# Problem requirements
The full set of entries below is to be returned unchanged.

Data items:
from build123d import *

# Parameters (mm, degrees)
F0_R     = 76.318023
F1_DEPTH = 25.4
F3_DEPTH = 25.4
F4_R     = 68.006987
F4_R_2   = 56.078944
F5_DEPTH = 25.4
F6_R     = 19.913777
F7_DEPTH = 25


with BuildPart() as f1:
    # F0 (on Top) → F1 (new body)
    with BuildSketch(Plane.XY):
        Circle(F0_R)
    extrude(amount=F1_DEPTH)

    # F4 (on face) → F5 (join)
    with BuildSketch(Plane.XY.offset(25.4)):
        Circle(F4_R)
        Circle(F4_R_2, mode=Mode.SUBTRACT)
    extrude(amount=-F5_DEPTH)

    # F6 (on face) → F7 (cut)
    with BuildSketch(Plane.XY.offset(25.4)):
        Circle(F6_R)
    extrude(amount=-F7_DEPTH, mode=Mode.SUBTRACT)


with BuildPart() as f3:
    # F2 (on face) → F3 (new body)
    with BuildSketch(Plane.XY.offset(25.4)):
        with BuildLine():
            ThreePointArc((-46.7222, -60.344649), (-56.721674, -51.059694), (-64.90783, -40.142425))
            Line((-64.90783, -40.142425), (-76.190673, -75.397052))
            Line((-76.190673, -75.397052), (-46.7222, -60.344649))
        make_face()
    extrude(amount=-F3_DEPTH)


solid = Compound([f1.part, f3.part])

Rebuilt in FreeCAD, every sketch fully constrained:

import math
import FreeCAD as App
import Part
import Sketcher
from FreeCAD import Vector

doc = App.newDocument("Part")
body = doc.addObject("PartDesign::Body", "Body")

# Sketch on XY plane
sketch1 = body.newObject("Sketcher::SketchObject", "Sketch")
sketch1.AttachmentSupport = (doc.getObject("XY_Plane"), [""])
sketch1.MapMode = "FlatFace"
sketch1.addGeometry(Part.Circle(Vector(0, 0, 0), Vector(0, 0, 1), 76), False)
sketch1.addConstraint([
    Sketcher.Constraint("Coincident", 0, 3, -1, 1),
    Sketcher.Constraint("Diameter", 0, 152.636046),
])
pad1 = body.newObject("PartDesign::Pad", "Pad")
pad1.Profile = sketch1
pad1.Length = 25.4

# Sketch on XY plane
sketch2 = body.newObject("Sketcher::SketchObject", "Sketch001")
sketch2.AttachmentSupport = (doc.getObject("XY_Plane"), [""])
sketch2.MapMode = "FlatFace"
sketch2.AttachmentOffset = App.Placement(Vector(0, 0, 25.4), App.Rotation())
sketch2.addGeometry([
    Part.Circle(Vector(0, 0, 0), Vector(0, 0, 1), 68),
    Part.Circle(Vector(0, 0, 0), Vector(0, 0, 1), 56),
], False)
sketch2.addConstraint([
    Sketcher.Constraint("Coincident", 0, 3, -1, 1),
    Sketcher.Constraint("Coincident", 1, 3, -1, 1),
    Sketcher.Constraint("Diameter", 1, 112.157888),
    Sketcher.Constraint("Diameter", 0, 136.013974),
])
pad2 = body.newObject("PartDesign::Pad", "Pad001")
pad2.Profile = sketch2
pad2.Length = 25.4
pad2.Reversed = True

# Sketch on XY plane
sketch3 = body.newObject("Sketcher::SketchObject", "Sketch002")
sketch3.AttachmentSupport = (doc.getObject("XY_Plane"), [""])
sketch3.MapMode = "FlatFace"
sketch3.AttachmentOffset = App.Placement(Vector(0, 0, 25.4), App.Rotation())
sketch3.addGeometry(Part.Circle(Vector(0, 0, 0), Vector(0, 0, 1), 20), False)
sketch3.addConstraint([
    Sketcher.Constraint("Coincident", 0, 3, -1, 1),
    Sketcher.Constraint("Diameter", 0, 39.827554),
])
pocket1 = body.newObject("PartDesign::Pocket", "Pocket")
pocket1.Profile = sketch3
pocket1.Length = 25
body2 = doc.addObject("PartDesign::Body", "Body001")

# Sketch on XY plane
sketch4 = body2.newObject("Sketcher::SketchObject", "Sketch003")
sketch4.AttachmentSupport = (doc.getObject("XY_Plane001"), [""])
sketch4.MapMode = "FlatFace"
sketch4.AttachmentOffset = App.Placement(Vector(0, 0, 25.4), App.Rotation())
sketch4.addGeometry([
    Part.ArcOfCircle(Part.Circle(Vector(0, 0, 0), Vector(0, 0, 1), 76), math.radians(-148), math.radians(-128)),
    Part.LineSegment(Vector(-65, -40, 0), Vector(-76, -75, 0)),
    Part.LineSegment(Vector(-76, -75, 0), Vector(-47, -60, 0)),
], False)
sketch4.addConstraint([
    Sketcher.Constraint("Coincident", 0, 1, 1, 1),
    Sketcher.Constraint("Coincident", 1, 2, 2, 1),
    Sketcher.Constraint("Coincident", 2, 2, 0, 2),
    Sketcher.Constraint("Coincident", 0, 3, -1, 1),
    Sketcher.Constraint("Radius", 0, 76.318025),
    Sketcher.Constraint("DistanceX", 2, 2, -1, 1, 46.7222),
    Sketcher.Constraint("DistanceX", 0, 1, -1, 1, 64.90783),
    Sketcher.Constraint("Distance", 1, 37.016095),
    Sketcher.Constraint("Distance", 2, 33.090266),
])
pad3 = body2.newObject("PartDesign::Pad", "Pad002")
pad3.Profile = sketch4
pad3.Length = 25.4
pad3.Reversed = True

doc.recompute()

# Answer to the exercise
from build123d import *

# Parameters (mm, degrees)
F0_R     = 76.318023
F1_DEPTH = 25.4
F3_DEPTH = 25.4
F4_R     = 68.006987
F4_R_2   = 56.078944
F5_DEPTH = 25.4
F6_R     = 19.913777
F7_DEPTH = 25


with BuildPart() as f1:
    # F0 (on Top) → F1 (new body)
    with BuildSketch(Plane.XY):
        Circle(F0_R)
    extrude(amount=F1_DEPTH)

    # F4 (on face) → F5 (join)
    with BuildSketch(Plane.XY.offset(25.4)):
        Circle(F4_R)
        Circle(F4_R_2, mode=Mode.SUBTRACT)
    extrude(amount=-F5_DEPTH)

    # F6 (on face) → F7 (cut)
    with BuildSketch(Plane.XY.offset(25.4)):
        Circle(F6_R)
    extrude(amount=-F7_DEPTH, mode=Mode.SUBTRACT)


with BuildPart() as f3:
    # F2 (on face) → F3 (new body)
    with BuildSketch(Plane.XY.offset(25.4)):
        with BuildLine():
            ThreePointArc((-46.7222, -60.344649), (-56.721674, -51.059694), (-64.90783, -40.142425))
            Line((-64.90783, -40.142425), (-76.190673, -75.397052))
            Line((-76.190673, -75.397052), (-46.7222, -60.344649))
        make_face()
    extrude(amount=-F3_DEPTH)


solid = Compound([f1.part, f3.part])

Rebuilt in FreeCAD, every sketch fully constrained:

import math
import FreeCAD as App
import Part
import Sketcher
from FreeCAD import Vector

doc = App.newDocument("Part")
body = doc.addObject("PartDesign::Body", "Body")

# Sketch on XY plane
sketch1 = body.newObject("Sketcher::SketchObject", "Sketch")
sketch1.AttachmentSupport = (doc.getObject("XY_Plane"), [""])
sketch1.MapMode = "FlatFace"
sketch1.addGeometry(Part.Circle(Vector(0, 0, 0), Vector(0, 0, 1), 76), False)
sketch1.addConstraint([
    Sketcher.Constraint("Coincident", 0, 3, -1, 1),
    Sketcher.Constraint("Diameter", 0, 152.636046),
])
pad1 = body.newObject("PartDesign::Pad", "Pad")
pad1.Profile = sketch1
pad1.Length = 25.4

# Sketch on XY plane
sketch2 = body.newObject("Sketcher::SketchObject", "Sketch001")
sketch2.AttachmentSupport = (doc.getObject("XY_Plane"), [""])
sketch2.MapMode = "FlatFace"
sketch2.AttachmentOffset = App.Placement(Vector(0, 0, 25.4), App.Rotation())
sketch2.addGeometry([
    Part.Circle(Vector(0, 0, 0), Vector(0, 0, 1), 68),
    Part.Circle(Vector(0, 0, 0), Vector(0, 0, 1), 56),
], False)
sketch2.addConstraint([
    Sketcher.Constraint("Coincident", 0, 3, -1, 1),
    Sketcher.Constraint("Coincident", 1, 3, -1, 1),
    Sketcher.Constraint("Diameter", 1, 112.157888),
    Sketcher.Constraint("Diameter", 0, 136.013974),
])
pad2 = body.newObject("PartDesign::Pad", "Pad001")
pad2.Profile = sketch2
pad2.Length = 25.4
pad2.Reversed = True

# Sketch on XY plane
sketch3 = body.newObject("Sketcher::SketchObject", "Sketch002")
sketch3.AttachmentSupport = (doc.getObject("XY_Plane"), [""])
sketch3.MapMode = "FlatFace"
sketch3.AttachmentOffset = App.Placement(Vector(0, 0, 25.4), App.Rotation())
sketch3.addGeometry(Part.Circle(Vector(0, 0, 0), Vector(0, 0, 1), 20), False)
sketch3.addConstraint([
    Sketcher.Constraint("Coincident", 0, 3, -1, 1),
    Sketcher.Constraint("Diameter", 0, 39.827554),
])
pocket1 = body.newObject("PartDesign::Pocket", "Pocket")
pocket1.Profile = sketch3
pocket1.Length = 25
body2 = doc.addObject("PartDesign::Body", "Body001")

# Sketch on XY plane
sketch4 = body2.newObject("Sketcher::SketchObject", "Sketch003")
sketch4.AttachmentSupport = (doc.getObject("XY_Plane001"), [""])
sketch4.MapMode = "FlatFace"
sketch4.AttachmentOffset = App.Placement(Vector(0, 0, 25.4), App.Rotation())
sketch4.addGeometry([
    Part.ArcOfCircle(Part.Circle(Vector(0, 0, 0), Vector(0, 0, 1), 76), math.radians(-148), math.radians(-128)),
    Part.LineSegment(Vector(-65, -40, 0), Vector(-76, -75, 0)),
    Part.LineSegment(Vector(-76, -75, 0), Vector(-47, -60, 0)),
], False)
sketch4.addConstraint([
    Sketcher.Constraint("Coincident", 0, 1, 1, 1),
    Sketcher.Constraint("Coincident", 1, 2, 2, 1),
    Sketcher.Constraint("Coincident", 2, 2, 0, 2),
    Sketcher.Constraint("Coincident", 0, 3, -1, 1),
    Sketcher.Constraint("Radius", 0, 76.318025),
    Sketcher.Constraint("DistanceX", 2, 2, -1, 1, 46.7222),
    Sketcher.Constraint("DistanceX", 0, 1, -1, 1, 64.90783),
    Sketcher.Constraint("Distance", 1, 37.016095),
    Sketcher.Constraint("Distance", 2, 33.090266),
])
pad3 = body2.newObject("PartDesign::Pad", "Pad002")
pad3.Profile = sketch4
pad3.Length = 25.4
pad3.Reversed = True

doc.recompute()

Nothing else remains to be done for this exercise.